[[ Data to process, beginning ]]
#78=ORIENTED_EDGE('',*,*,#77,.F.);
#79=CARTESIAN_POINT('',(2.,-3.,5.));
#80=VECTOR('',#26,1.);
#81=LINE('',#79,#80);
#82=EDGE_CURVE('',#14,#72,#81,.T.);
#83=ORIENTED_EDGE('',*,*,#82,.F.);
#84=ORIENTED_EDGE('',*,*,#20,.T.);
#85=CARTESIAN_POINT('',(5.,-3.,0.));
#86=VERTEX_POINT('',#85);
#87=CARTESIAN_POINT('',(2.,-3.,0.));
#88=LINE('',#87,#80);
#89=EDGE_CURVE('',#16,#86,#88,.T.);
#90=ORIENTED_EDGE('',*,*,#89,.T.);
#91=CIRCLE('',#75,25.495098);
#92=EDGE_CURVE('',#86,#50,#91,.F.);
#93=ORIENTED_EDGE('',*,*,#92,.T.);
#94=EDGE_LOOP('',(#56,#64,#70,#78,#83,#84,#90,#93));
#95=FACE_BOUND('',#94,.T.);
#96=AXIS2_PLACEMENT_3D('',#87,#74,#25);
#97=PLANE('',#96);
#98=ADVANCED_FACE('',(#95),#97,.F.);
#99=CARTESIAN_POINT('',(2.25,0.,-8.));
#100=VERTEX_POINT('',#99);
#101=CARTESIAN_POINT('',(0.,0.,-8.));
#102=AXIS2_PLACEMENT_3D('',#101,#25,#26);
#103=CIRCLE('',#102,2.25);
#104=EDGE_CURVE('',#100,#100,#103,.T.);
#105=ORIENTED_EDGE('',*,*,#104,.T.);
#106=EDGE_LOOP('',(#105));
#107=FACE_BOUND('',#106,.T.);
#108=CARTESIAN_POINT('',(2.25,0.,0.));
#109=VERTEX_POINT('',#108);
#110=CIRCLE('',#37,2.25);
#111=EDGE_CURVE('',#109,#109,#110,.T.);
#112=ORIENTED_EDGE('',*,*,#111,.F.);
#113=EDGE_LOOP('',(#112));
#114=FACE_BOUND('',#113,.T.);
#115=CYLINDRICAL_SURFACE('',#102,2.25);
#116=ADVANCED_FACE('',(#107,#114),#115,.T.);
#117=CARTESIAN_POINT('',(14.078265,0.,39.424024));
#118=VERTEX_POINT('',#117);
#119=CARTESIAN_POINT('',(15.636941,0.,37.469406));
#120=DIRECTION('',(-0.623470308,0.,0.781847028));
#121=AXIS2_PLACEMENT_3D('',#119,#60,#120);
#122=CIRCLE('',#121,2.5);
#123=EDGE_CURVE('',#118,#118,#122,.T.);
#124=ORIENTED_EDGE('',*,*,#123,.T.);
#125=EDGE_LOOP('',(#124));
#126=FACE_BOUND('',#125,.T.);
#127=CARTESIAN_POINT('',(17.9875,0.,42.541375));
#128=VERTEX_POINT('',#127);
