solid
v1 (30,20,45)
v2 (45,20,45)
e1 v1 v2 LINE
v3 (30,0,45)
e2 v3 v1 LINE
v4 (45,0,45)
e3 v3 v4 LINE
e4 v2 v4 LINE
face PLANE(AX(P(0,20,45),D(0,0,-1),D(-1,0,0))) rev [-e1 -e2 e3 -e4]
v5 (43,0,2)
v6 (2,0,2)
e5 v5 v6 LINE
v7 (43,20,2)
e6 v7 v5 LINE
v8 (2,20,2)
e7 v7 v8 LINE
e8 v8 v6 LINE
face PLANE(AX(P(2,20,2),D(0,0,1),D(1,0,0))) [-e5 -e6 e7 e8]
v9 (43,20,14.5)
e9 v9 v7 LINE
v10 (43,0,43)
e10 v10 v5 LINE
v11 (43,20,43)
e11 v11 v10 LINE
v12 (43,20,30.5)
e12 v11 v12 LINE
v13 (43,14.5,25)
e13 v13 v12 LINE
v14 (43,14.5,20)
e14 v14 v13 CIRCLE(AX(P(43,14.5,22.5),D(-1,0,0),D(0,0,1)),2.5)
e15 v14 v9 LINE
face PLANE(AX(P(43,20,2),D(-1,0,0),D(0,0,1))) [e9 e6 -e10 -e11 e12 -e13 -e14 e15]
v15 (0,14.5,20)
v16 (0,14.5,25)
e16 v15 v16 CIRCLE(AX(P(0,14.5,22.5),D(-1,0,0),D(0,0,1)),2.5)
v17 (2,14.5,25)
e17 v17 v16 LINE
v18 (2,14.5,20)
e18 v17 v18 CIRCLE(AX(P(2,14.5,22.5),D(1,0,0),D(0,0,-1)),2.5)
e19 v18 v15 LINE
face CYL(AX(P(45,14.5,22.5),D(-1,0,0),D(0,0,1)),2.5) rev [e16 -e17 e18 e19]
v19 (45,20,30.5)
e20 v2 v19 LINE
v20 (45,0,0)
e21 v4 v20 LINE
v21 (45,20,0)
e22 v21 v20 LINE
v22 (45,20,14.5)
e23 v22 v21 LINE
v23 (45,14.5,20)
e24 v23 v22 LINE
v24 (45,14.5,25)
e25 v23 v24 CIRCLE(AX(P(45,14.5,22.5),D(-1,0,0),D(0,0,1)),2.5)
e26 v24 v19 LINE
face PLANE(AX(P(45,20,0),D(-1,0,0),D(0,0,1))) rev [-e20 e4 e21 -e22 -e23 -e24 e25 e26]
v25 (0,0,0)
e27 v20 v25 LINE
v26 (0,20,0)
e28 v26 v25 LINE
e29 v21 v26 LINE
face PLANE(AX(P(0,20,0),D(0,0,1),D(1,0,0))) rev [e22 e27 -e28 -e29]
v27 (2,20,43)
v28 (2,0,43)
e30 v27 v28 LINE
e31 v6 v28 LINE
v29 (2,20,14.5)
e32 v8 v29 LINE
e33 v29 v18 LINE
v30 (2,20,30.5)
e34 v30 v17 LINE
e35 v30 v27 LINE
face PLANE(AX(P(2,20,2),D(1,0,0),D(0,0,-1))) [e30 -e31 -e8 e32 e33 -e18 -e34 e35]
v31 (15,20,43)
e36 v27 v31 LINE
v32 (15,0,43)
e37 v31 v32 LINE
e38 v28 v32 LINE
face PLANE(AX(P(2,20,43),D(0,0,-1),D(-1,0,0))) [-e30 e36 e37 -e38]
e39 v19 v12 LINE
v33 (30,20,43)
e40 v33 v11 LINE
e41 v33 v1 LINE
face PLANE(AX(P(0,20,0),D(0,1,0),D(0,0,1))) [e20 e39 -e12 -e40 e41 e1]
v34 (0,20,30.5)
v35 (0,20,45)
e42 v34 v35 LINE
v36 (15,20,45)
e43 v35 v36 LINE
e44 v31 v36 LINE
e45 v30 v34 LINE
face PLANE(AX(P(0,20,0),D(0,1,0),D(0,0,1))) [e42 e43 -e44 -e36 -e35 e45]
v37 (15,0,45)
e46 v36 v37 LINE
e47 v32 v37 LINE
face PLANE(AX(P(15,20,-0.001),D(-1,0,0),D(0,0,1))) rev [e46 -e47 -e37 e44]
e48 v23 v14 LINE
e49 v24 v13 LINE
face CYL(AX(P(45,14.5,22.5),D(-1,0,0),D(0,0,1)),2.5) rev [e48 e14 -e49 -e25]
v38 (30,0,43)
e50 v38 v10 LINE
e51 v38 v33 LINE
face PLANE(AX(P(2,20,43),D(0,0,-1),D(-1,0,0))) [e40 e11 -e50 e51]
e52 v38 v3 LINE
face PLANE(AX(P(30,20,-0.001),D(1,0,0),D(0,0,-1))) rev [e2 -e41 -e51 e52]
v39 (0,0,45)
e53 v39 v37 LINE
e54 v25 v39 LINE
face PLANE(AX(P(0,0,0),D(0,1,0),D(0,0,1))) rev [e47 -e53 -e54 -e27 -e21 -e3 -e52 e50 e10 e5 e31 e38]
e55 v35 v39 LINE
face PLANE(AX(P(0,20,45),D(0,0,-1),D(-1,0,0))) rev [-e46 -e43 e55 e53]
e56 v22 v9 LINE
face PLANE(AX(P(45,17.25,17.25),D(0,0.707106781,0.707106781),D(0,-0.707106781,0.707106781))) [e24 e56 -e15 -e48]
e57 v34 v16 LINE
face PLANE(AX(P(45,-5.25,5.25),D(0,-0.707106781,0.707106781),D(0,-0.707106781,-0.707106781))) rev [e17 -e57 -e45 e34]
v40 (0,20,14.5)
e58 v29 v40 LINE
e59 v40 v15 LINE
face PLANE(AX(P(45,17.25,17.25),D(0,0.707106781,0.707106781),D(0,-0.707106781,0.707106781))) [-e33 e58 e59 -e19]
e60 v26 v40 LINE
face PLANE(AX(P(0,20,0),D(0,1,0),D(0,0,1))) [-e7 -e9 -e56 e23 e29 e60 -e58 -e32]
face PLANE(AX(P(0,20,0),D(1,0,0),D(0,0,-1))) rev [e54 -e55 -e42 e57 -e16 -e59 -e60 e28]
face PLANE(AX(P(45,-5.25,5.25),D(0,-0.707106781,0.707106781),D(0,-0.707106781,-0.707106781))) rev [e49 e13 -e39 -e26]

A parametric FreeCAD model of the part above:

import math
import FreeCAD as App
import Part
import Sketcher
from FreeCAD import Vector
Q = App.Units.Quantity

doc = App.newDocument("Part")
body = doc.addObject("PartDesign::Body", "Body")

# Sketch on XZ plane
sketch1 = doc.addObject("Sketcher::SketchObject", "Sketch")
body.addObject(sketch1)
sketch1.AttachmentSupport = (doc.XZ_Plane, [""])
sketch1.MapMode = "FlatFace"
sketch1.addGeometry(Part.LineSegment(Vector(0, 0, 0), Vector(0, 45, 0)), False)
sketch1.addGeometry(Part.LineSegment(Vector(0, 45, 0), Vector(45, 45, 0)), False)
sketch1.addGeometry(Part.LineSegment(Vector(45, 45, 0), Vector(45, 0, 0)), False)
sketch1.addGeometry(Part.LineSegment(Vector(45, 0, 0), Vector(0, 0, 0)), False)
sketch1.addGeometry(Part.LineSegment(Vector(43, 43, 0), Vector(2, 43, 0)), False)
sketch1.addGeometry(Part.LineSegment(Vector(2, 43, 0), Vector(2, 2, 0)), False)
sketch1.addGeometry(Part.LineSegment(Vector(2, 2, 0), Vector(43, 2, 0)), False)
sketch1.addGeometry(Part.LineSegment(Vector(43, 2, 0), Vector(43, 43, 0)), False)
sketch1.addConstraint(Sketcher.Constraint("Coincident", 0, 2, 1, 1))
sketch1.addConstraint(Sketcher.Constraint("Coincident", 1, 2, 2, 1))
sketch1.addConstraint(Sketcher.Constraint("Coincident", 2, 2, 3, 1))
sketch1.addConstraint(Sketcher.Constraint("Coincident", 3, 2, 0, 1))
sketch1.addConstraint(Sketcher.Constraint("Coincident", 4, 2, 5, 1))
sketch1.addConstraint(Sketcher.Constraint("Coincident", 5, 2, 6, 1))
sketch1.addConstraint(Sketcher.Constraint("Coincident", 6, 2, 7, 1))
sketch1.addConstraint(Sketcher.Constraint("Coincident", 7, 2, 4, 1))
sketch1.addConstraint(Sketcher.Constraint("Vertical", 0))
sketch1.addConstraint(Sketcher.Constraint("Horizontal", 1))
sketch1.addConstraint(Sketcher.Constraint("Vertical", 2))
sketch1.addConstraint(Sketcher.Constraint("Horizontal", 3))
sketch1.addConstraint(Sketcher.Constraint("Horizontal", 4))
sketch1.addConstraint(Sketcher.Constraint("Vertical", 5))
sketch1.addConstraint(Sketcher.Constraint("Horizontal", 6))
sketch1.addConstraint(Sketcher.Constraint("Vertical", 7))
sketch1.addConstraint(Sketcher.Constraint("Coincident", 3, 2, -1, 1))
sketch1.addConstraint(Sketcher.Constraint("Equal", 3, 0))
sketch1.addConstraint(Sketcher.Constraint("Equal", 6, 5))
sketch1.addConstraint(Sketcher.Constraint("DistanceX", 1, 1, 1, 2, Q("45 mm")))
sketch1.addConstraint(Sketcher.Constraint("DistanceX", 4, 2, 4, 1, Q("41 mm")))
sketch1.addConstraint(Sketcher.Constraint("DistanceX", -1, 1, 4, 2, Q("2 mm")))
sketch1.addConstraint(Sketcher.Constraint("DistanceY", -1, 1, 4, 2, Q("43 mm")))
pad1 = doc.addObject("PartDesign::Pad", "Pad")
body.addObject(pad1)
pad1.Profile = sketch1
pad1.Length = 20
pad1.Reversed = True

# Sketch on XY plane
sketch2 = doc.addObject("Sketcher::SketchObject", "Sketch001")
body.addObject(sketch2)
sketch2.AttachmentSupport = (doc.XY_Plane, [""])
sketch2.MapMode = "FlatFace"
sketch2.AttachmentOffset = App.Placement(Vector(0, 0, 45), App.Rotation())
sketch2.addGeometry(Part.LineSegment(Vector(15, 20, 0), Vector(15, 0, 0)), False)
sketch2.addGeometry(Part.LineSegment(Vector(15, 0, 0), Vector(30, 0, 0)), False)
sketch2.addGeometry(Part.LineSegment(Vector(30, 0, 0), Vector(30, 20, 0)), False)
sketch2.addGeometry(Part.LineSegment(Vector(30, 20, 0), Vector(15, 20, 0)), False)
sketch2.addConstraint(Sketcher.Constraint("Coincident", 0, 2, 1, 1))
sketch2.addConstraint(Sketcher.Constraint("Coincident", 1, 2, 2, 1))
sketch2.addConstraint(Sketcher.Constraint("Coincident", 2, 2, 3, 1))
sketch2.addConstraint(Sketcher.Constraint("Coincident", 3, 2, 0, 1))
sketch2.addConstraint(Sketcher.Constraint("Vertical", 0))
sketch2.addConstraint(Sketcher.Constraint("Horizontal", 1))
sketch2.addConstraint(Sketcher.Constraint("Vertical", 2))
sketch2.addConstraint(Sketcher.Constraint("Horizontal", 3))
sketch2.addConstraint(Sketcher.Constraint("PointOnObject", 0, 2, -1))
sketch2.addConstraint(Sketcher.Constraint("DistanceX", 1, 1, 1, 2, Q("15 mm")))
sketch2.addConstraint(Sketcher.Constraint("DistanceY", 0, 2, 0, 1, Q("20 mm")))
sketch2.addConstraint(Sketcher.Constraint("DistanceX", -1, 1, 0, 2, Q("15 mm")))
pocket1 = doc.addObject("PartDesign::Pocket", "Pocket")
body.addObject(pocket1)
pocket1.Profile = sketch2
pocket1.Type = "UpToFirst"

# Sketch on YZ plane
sketch3 = doc.addObject("Sketcher::SketchObject", "Sketch002")
body.addObject(sketch3)
sketch3.AttachmentSupport = (doc.YZ_Plane, [""])
sketch3.MapMode = "FlatFace"
sketch3.addGeometry(Part.ArcOfCircle(Part.Circle(Vector(14.5, 22.5, 0), Vector(0, 0, 1), 2.5), math.radians(180), math.radians(270)), False)
sketch3.addGeometry(Part.ArcOfCircle(Part.Circle(Vector(14.5, 22.5, 0), Vector(0, 0, 1), 2.5), math.radians(90), math.radians(180)), False)
sketch3.addGeometry(Part.LineSegment(Vector(14.5, 25, 0), Vector(20, 30.5, 0)), False)
sketch3.addGeometry(Part.LineSegment(Vector(20, 30.5, 0), Vector(20, 14.5, 0)), False)
sketch3.addGeometry(Part.LineSegment(Vector(20, 14.5, 0), Vector(14.5, 20, 0)), False)
sketch3.addConstraint(Sketcher.Constraint("Tangent", 0, 1, 1, 2))
sketch3.addConstraint(Sketcher.Constraint("Coincident", 1, 1, 2, 1))
sketch3.addConstraint(Sketcher.Constraint("Coincident", 2, 2, 3, 1))
sketch3.addConstraint(Sketcher.Constraint("Coincident", 3, 2, 4, 1))
sketch3.addConstraint(Sketcher.Constraint("Coincident", 4, 2, 0, 2))
sketch3.addConstraint(Sketcher.Constraint("Vertical", 3))
sketch3.addConstraint(Sketcher.Constraint("Equal", 0, 1))
sketch3.addConstraint(Sketcher.Constraint("Perpendicular", 2, 4))
sketch3.addConstraint(Sketcher.Constraint("Horizontal", 1, 3, 0, 1))
sketch3.addConstraint(Sketcher.Constraint("Vertical", 0, 3, 1, 1))
sketch3.addConstraint(Sketcher.Constraint("Vertical", 1, 1, 4, 2))
sketch3.addConstraint(Sketcher.Constraint("Equal", 2, 4))
sketch3.addConstraint(Sketcher.Constraint("Radius", 0, Q("2.5 mm")))
sketch3.addConstraint(Sketcher.Constraint("DistanceY", 3, 2, 3, 1, Q("16 mm")))
sketch3.addConstraint(Sketcher.Constraint("DistanceX", -1, 1, 0, 1, Q("12 mm")))
sketch3.addConstraint(Sketcher.Constraint("DistanceY", -1, 1, 1, 1, Q("25 mm")))
pocket2 = doc.addObject("PartDesign::Pocket", "Pocket001")
body.addObject(pocket2)
pocket2.Profile = sketch3
pocket2.Type = "ThroughAll"
pocket2.Midplane = True

doc.recompute()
[[ Data to process, end ]]
Although the records may continue, retype only the lines from the first one through the one containing "#110=CIRCLE('',#37,2.25);", exactly as they appear.

#78=ORIENTED_EDGE('',*,*,#77,.F.);
#79=CARTESIAN_POINT('',(2.,-3.,5.));
#80=VECTOR('',#26,1.);
#81=LINE('',#79,#80);
#82=EDGE_CURVE('',#14,#72,#81,.T.);
#83=ORIENTED_EDGE('',*,*,#82,.F.);
#84=ORIENTED_EDGE('',*,*,#20,.T.);
#85=CARTESIAN_POINT('',(5.,-3.,0.));
#86=VERTEX_POINT('',#85);
#87=CARTESIAN_POINT('',(2.,-3.,0.));
#88=LINE('',#87,#80);
#89=EDGE_CURVE('',#16,#86,#88,.T.);
#90=ORIENTED_EDGE('',*,*,#89,.T.);
#91=CIRCLE('',#75,25.495098);
#92=EDGE_CURVE('',#86,#50,#91,.F.);
#93=ORIENTED_EDGE('',*,*,#92,.T.);
#94=EDGE_LOOP('',(#56,#64,#70,#78,#83,#84,#90,#93));
#95=FACE_BOUND('',#94,.T.);
#96=AXIS2_PLACEMENT_3D('',#87,#74,#25);
#97=PLANE('',#96);
#98=ADVANCED_FACE('',(#95),#97,.F.);
#99=CARTESIAN_POINT('',(2.25,0.,-8.));
#100=VERTEX_POINT('',#99);
#101=CARTESIAN_POINT('',(0.,0.,-8.));
#102=AXIS2_PLACEMENT_3D('',#101,#25,#26);
#103=CIRCLE('',#102,2.25);
#104=EDGE_CURVE('',#100,#100,#103,.T.);
#105=ORIENTED_EDGE('',*,*,#104,.T.);
#106=EDGE_LOOP('',(#105));
#107=FACE_BOUND('',#106,.T.);
#108=CARTESIAN_POINT('',(2.25,0.,0.));
#109=VERTEX_POINT('',#108);
#110=CIRCLE('',#37,2.25);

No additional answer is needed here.